Now, back to my mud pit.
Far too many people do not understand that it is by doing things yourself that you evolve. To learn is to progress; it is to evolve.
In the past, when I saw my stepfather (very old) getting tired doing this or that, I didn't understand why he wanted to get tired so much. Later, I ended up understanding that when you don't do anything anymore, you're dead.
Very thoughtful article, sounds like Conor Grennan has fallen in love with ChatGPT.
This excerpt from Edward Ring
https://amgreatness.com/2023/02/22/artificial-intelligence-and-the-passion-of-mortality/
No matter how nuanced AI chatbots become, they will still just be calculators. But they will be the most potent tools yet created to manipulate actual human behaviour.
Interactive A.I. programs are within a few years of becoming the most potent tool to manipulate humans ever invented. As they perfect their ability to simulate empathy and intimacy, their capacity to personalize those skills will be enhanced by access to online databases that track individual behaviour. These databases—compiled and sold by everything from cell phone apps, credit cards, online and offline banking services, corporations, browsers, and websites, to Alexa, Siri, and Google Assistant, to traffic cameras, private surveillance cameras, court records, academic records, civil records, medical records, criminal records, and spyware—have already compiled comprehensive information about every American.

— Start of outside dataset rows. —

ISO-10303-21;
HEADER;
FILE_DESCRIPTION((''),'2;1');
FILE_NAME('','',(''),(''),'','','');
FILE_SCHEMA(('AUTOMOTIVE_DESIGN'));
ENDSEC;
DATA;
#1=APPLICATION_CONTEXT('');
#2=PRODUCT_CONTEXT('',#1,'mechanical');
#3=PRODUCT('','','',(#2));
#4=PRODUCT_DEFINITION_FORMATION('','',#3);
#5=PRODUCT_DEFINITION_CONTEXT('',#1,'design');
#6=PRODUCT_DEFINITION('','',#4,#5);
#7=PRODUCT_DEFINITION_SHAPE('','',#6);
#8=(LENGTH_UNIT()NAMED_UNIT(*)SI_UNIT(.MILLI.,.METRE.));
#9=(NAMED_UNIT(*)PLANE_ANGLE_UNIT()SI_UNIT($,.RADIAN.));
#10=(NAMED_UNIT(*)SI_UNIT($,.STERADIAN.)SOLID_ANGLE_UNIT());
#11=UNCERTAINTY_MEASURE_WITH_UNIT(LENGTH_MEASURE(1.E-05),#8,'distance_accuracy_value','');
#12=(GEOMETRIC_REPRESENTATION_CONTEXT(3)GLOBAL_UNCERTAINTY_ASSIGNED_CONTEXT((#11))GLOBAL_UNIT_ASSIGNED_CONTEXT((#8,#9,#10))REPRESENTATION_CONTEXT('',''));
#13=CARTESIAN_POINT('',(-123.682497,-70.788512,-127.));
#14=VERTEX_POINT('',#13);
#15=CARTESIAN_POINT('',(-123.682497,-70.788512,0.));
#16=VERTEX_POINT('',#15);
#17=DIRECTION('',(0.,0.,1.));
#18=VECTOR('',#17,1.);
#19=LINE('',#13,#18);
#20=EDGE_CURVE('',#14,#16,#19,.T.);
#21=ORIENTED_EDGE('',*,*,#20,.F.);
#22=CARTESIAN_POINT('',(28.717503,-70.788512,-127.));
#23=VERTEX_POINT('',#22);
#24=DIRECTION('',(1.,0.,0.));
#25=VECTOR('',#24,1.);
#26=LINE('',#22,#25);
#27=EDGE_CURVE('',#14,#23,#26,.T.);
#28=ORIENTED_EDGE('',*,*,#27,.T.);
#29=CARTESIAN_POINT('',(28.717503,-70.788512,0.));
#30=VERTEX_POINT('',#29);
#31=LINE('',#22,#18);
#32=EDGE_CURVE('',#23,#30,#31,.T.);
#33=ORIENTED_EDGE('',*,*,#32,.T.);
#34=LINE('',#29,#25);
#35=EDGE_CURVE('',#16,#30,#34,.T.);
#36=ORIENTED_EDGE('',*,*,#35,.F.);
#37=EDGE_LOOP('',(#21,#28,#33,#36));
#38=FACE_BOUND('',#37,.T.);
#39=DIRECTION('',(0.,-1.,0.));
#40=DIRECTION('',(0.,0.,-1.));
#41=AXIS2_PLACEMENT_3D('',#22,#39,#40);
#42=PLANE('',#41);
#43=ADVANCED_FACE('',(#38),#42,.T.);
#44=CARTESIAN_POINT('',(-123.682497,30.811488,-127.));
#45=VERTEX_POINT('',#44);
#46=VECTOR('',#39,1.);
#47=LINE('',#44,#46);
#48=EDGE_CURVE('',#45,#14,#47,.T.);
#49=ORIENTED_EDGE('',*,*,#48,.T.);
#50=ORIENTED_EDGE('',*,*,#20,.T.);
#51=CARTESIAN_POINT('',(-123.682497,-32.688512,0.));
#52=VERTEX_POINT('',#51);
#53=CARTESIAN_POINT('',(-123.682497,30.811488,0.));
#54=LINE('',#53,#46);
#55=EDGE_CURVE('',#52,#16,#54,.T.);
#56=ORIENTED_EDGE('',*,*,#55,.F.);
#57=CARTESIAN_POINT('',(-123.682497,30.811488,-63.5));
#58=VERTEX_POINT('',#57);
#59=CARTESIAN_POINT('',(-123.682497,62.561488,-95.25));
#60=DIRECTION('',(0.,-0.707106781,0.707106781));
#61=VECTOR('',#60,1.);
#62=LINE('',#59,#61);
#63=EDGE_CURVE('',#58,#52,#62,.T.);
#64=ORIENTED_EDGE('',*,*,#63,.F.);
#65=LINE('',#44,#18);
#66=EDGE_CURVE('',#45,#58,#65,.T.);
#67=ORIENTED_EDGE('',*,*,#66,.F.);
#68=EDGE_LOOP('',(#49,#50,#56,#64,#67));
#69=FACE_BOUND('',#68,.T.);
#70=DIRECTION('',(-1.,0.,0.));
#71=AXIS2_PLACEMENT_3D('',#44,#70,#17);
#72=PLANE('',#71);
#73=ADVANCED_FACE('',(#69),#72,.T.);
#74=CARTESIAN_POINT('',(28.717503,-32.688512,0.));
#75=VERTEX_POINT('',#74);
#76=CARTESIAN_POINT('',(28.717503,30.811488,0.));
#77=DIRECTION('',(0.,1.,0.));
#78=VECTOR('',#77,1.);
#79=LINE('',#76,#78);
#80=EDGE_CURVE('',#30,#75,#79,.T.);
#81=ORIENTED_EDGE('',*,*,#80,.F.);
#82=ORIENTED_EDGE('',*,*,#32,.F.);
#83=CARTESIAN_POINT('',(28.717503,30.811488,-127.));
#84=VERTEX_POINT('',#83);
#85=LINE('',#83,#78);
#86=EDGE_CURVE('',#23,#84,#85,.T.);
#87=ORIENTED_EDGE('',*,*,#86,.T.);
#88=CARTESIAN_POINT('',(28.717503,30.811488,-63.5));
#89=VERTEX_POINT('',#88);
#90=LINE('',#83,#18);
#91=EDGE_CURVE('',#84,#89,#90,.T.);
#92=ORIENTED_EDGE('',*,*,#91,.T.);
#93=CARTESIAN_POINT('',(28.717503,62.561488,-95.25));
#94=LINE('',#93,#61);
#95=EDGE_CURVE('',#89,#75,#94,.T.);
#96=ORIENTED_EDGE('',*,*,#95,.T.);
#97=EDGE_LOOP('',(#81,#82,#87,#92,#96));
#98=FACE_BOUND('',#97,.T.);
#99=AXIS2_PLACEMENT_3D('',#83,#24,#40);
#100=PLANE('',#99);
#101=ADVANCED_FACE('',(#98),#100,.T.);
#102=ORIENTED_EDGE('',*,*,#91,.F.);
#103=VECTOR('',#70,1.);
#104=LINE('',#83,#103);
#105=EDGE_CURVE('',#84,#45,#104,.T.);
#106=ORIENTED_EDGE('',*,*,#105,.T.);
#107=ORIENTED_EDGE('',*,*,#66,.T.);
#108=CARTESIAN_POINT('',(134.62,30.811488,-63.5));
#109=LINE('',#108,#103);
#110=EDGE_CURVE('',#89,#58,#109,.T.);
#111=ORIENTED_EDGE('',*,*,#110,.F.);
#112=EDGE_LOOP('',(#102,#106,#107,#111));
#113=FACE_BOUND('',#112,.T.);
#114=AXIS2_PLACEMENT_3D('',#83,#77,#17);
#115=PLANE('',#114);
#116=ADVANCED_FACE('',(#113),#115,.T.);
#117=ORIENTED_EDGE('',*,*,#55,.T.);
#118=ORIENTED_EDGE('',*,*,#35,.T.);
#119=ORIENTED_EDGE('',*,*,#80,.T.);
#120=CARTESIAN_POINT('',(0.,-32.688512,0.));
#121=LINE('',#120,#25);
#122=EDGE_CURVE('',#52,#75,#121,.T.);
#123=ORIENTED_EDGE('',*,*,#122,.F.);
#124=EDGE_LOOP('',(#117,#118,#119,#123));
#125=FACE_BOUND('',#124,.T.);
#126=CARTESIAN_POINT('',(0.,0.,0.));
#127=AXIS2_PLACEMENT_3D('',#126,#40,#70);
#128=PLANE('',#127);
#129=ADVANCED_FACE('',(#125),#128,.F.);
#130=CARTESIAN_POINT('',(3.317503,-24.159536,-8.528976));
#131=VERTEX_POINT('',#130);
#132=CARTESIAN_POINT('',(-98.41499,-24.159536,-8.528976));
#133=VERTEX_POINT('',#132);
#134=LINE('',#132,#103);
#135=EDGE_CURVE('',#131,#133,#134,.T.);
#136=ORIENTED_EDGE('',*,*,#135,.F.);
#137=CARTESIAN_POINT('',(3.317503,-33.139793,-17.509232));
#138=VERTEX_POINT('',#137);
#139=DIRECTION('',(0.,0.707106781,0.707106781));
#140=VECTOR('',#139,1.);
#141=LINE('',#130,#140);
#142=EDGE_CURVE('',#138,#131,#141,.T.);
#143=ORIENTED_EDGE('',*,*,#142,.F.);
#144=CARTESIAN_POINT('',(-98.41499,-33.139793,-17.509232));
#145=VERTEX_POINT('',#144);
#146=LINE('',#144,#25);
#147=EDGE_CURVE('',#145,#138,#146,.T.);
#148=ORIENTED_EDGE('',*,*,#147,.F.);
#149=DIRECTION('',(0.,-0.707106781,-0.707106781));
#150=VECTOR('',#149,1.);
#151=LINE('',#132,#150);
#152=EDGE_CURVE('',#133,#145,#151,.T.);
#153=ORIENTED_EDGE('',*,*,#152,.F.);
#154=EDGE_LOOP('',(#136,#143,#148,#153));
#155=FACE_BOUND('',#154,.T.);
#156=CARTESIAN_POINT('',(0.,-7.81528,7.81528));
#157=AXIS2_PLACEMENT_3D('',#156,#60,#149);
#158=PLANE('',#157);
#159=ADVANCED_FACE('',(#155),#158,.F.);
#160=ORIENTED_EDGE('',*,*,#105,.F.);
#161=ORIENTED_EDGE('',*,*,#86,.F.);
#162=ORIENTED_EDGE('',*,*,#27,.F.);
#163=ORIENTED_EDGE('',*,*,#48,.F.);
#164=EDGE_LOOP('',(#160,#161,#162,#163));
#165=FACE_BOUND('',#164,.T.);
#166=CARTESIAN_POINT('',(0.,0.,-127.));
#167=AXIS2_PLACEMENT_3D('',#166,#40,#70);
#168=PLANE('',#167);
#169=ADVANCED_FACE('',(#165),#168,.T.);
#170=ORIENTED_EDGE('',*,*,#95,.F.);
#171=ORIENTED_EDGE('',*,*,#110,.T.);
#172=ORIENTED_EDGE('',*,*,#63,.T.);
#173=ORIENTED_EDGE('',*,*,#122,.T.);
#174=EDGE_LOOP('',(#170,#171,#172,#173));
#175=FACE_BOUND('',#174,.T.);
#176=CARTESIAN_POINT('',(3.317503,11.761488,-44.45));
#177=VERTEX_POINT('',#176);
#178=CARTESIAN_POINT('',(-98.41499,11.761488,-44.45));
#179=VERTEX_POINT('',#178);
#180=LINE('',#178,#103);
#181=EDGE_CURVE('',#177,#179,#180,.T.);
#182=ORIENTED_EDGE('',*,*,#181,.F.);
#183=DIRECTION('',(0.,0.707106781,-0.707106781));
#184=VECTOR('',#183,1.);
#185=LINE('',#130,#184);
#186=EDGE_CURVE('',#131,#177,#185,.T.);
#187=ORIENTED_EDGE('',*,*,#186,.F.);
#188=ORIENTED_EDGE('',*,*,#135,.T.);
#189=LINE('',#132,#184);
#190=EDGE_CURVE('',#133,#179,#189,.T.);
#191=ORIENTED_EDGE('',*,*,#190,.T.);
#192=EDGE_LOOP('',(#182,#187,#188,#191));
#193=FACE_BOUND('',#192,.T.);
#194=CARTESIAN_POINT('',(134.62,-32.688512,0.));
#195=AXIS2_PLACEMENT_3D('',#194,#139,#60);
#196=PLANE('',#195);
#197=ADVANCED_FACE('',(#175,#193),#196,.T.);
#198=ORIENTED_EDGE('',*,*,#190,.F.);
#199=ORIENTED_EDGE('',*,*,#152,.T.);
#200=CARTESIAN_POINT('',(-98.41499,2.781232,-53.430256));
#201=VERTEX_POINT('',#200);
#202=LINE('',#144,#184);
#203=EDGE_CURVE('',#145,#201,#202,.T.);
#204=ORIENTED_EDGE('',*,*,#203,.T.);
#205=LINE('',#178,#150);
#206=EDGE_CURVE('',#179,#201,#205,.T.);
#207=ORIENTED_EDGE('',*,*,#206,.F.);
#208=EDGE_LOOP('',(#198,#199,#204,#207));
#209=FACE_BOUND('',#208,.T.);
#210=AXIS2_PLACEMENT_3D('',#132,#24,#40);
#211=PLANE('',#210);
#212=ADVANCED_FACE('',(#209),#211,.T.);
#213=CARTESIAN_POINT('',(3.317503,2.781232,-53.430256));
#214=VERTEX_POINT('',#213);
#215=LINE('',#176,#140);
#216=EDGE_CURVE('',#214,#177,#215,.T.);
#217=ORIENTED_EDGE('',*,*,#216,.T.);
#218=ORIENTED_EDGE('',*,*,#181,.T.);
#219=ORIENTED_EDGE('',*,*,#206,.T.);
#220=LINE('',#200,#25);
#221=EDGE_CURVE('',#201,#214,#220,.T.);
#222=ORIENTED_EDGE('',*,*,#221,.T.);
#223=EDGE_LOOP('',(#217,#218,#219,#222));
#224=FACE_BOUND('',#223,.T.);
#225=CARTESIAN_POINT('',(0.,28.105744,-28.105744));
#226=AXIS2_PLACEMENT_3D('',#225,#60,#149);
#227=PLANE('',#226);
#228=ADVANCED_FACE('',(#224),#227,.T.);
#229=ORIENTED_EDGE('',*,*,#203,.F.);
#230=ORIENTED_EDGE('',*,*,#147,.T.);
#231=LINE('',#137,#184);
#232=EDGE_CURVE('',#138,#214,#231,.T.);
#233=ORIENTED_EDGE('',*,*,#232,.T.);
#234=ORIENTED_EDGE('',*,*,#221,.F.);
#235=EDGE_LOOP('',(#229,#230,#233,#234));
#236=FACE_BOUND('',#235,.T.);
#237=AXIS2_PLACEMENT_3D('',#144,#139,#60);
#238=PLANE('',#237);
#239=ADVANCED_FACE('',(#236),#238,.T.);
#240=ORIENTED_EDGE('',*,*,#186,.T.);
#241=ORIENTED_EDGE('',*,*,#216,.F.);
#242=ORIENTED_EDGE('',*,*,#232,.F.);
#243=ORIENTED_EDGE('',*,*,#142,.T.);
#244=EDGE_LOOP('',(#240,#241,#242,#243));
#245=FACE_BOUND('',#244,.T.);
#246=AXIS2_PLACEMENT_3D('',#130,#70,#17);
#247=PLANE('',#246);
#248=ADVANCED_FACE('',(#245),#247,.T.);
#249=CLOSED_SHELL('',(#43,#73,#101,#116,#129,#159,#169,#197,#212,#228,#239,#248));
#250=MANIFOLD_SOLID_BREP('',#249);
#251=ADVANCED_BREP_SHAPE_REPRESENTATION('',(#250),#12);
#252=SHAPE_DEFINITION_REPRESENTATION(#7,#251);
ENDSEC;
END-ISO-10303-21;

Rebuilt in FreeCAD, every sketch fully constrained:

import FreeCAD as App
import Part
import Sketcher

V = App.Vector
Q = App.Units.Quantity

doc = App.newDocument("Part")
body = doc.addObject("PartDesign::Body", "Body")

sketch1 = doc.addObject("Sketcher::SketchObject", "Sketch")
body.addObject(sketch1)
sketch1.AttachmentSupport = (doc.XY_Plane, [""])
sketch1.MapMode = "FlatFace"
sketch1.addGeometry(Part.LineSegment(V(-124, 31, 0), V(-124, -71, 0)), False)
sketch1.addGeometry(Part.LineSegment(V(-124, -71, 0), V(29, -71, 0)), False)
sketch1.addGeometry(Part.LineSegment(V(29, -71, 0), V(29, 31, 0)), False)
sketch1.addGeometry(Part.LineSegment(V(29, 31, 0), V(-124, 31, 0)), False)
sketch1.addConstraint(Sketcher.Constraint("Coincident", 0, 2, 1, 1))
sketch1.addConstraint(Sketcher.Constraint("Coincident", 1, 2, 2, 1))
sketch1.addConstraint(Sketcher.Constraint("Coincident", 2, 2, 3, 1))
sketch1.addConstraint(Sketcher.Constraint("Coincident", 3, 2, 0, 1))
sketch1.addConstraint(Sketcher.Constraint("Vertical", 0))
sketch1.addConstraint(Sketcher.Constraint("Horizontal", 1))
sketch1.addConstraint(Sketcher.Constraint("Vertical", 2))
sketch1.addConstraint(Sketcher.Constraint("Horizontal", 3))
sketch1.addConstraint(Sketcher.Constraint("DistanceX", 1, 1, 1, 2, Q("6 in")))
sketch1.addConstraint(Sketcher.Constraint("DistanceY", 0, 2, 0, 1, Q("4 in")))
sketch1.addConstraint(Sketcher.Constraint("DistanceX", 0, 2, -1, 1, Q("123.682497 mm")))
sketch1.addConstraint(Sketcher.Constraint("DistanceY", 0, 2, -1, 1, Q("70.788512 mm")))
pad1 = doc.addObject("PartDesign::Pad", "Pad")
body.addObject(pad1)
pad1.Profile = sketch1
pad1.Length = Q("5 in")
pad1.Reversed = True

sketch2 = doc.addObject("Sketcher::SketchObject", "Sketch001")
body.addObject(sketch2)
sketch2.AttachmentSupport = (doc.YZ_Plane, [""])
sketch2.MapMode = "FlatFace"
sketch2.addGeometry(Part.LineSegment(V(31, 0, 0), V(-33, 0, 0)), False)
sketch2.addGeometry(Part.LineSegment(V(-33, 0, 0), V(31, -64, 0)), False)
sketch2.addGeometry(Part.LineSegment(V(31, -64, 0), V(31, 0, 0)), False)
sketch2.addConstraint(Sketcher.Constraint("Coincident", 0, 2, 1, 1))
sketch2.addConstraint(Sketcher.Constraint("Coincident", 1, 2, 2, 1))
sketch2.addConstraint(Sketcher.Constraint("Coincident", 2, 2, 0, 1))
sketch2.addConstraint(Sketcher.Constraint("Horizontal", 0))
sketch2.addConstraint(Sketcher.Constraint("Vertical", 2))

Intelligent machines, and the avatars they will animate in applications ranging from tabletop personal assistants like Alexa all the way to virtual creatures inhabiting fully immersive worlds in the Metaverse, will never think. But they will convince you that they think because they will know you better than you know yourself.
Consider this achievement as the ultimate tool for controlling public opinion. Sophisticated A.I. algorithms are already used to manipulate consumer behaviour and public sentiment at the level of each individual. Now put all that power into an A.I. personality that is designed to make you fall in love with it.